=== What this task involves ===
Output the entries below exactly, from the first line to the line holding "with BuildPart() as", both included.

=== Input records ===
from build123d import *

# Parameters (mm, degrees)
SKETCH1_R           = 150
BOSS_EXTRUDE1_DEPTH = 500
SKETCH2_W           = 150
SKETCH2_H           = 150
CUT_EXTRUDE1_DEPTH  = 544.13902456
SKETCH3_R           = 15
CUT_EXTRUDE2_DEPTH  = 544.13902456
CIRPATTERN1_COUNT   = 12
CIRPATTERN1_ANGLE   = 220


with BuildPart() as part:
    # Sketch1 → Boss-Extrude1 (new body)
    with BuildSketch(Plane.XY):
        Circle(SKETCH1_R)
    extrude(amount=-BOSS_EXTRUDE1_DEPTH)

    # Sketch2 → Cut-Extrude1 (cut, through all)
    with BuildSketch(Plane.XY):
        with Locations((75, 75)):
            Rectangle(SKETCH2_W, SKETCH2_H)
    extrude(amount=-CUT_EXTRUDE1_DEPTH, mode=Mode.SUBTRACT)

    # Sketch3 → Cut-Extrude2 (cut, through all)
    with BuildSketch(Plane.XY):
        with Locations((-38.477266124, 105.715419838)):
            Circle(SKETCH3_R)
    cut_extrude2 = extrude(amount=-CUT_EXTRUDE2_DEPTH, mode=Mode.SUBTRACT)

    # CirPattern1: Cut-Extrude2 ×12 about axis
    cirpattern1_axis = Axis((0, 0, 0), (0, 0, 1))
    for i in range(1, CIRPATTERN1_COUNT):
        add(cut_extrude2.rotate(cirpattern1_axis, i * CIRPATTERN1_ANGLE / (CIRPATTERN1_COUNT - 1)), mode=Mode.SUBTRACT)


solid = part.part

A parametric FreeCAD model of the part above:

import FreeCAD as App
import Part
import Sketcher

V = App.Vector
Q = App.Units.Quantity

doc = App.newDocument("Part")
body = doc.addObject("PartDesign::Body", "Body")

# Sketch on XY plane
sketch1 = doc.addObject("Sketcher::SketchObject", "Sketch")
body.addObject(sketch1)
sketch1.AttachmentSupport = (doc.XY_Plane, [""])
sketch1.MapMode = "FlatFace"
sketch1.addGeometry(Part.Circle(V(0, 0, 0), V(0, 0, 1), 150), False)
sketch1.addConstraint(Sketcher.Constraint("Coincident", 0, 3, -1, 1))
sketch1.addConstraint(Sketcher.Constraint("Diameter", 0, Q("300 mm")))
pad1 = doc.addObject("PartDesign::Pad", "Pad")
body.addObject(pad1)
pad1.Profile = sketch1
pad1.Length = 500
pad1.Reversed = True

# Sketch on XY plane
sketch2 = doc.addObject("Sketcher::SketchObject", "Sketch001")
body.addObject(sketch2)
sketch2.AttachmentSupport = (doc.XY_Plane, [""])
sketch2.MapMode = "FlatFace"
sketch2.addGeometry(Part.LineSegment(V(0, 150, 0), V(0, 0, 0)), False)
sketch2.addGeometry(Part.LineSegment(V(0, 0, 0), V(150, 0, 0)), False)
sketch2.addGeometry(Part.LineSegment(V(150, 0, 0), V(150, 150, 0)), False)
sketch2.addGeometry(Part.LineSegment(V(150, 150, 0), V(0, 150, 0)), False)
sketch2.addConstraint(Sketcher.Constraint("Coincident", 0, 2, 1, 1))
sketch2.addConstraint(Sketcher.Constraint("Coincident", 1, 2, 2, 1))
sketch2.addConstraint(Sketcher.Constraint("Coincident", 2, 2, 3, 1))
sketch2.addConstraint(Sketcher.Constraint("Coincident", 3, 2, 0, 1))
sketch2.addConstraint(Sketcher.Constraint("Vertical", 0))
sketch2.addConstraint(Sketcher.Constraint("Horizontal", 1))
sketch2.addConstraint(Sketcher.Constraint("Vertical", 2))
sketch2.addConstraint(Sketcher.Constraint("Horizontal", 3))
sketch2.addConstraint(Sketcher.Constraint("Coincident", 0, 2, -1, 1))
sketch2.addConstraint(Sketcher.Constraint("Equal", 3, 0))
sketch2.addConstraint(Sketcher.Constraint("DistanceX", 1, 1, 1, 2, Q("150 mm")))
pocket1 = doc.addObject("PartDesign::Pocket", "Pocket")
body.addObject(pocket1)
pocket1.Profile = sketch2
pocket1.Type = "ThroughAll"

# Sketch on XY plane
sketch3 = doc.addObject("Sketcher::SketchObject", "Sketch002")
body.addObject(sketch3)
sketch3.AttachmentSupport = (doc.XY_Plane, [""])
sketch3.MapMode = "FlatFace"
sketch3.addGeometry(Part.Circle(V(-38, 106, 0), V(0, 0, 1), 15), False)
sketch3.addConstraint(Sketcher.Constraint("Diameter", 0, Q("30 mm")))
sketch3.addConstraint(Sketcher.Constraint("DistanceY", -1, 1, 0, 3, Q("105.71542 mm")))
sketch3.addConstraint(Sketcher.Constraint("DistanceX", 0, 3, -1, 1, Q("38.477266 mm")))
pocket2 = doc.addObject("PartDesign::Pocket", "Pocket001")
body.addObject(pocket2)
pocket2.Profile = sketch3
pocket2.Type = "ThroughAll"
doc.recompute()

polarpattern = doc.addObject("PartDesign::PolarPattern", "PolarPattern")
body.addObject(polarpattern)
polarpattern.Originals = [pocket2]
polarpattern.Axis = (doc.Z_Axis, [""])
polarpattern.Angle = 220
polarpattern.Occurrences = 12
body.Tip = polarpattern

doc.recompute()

=== Response to this exercise ===
from build123d import *

# Parameters (mm, degrees)
SKETCH1_R           = 150
BOSS_EXTRUDE1_DEPTH = 500
SKETCH2_W           = 150
SKETCH2_H           = 150
CUT_EXTRUDE1_DEPTH  = 544.13902456
SKETCH3_R           = 15
CUT_EXTRUDE2_DEPTH  = 544.13902456
CIRPATTERN1_COUNT   = 12
CIRPATTERN1_ANGLE   = 220


with BuildPart() as part:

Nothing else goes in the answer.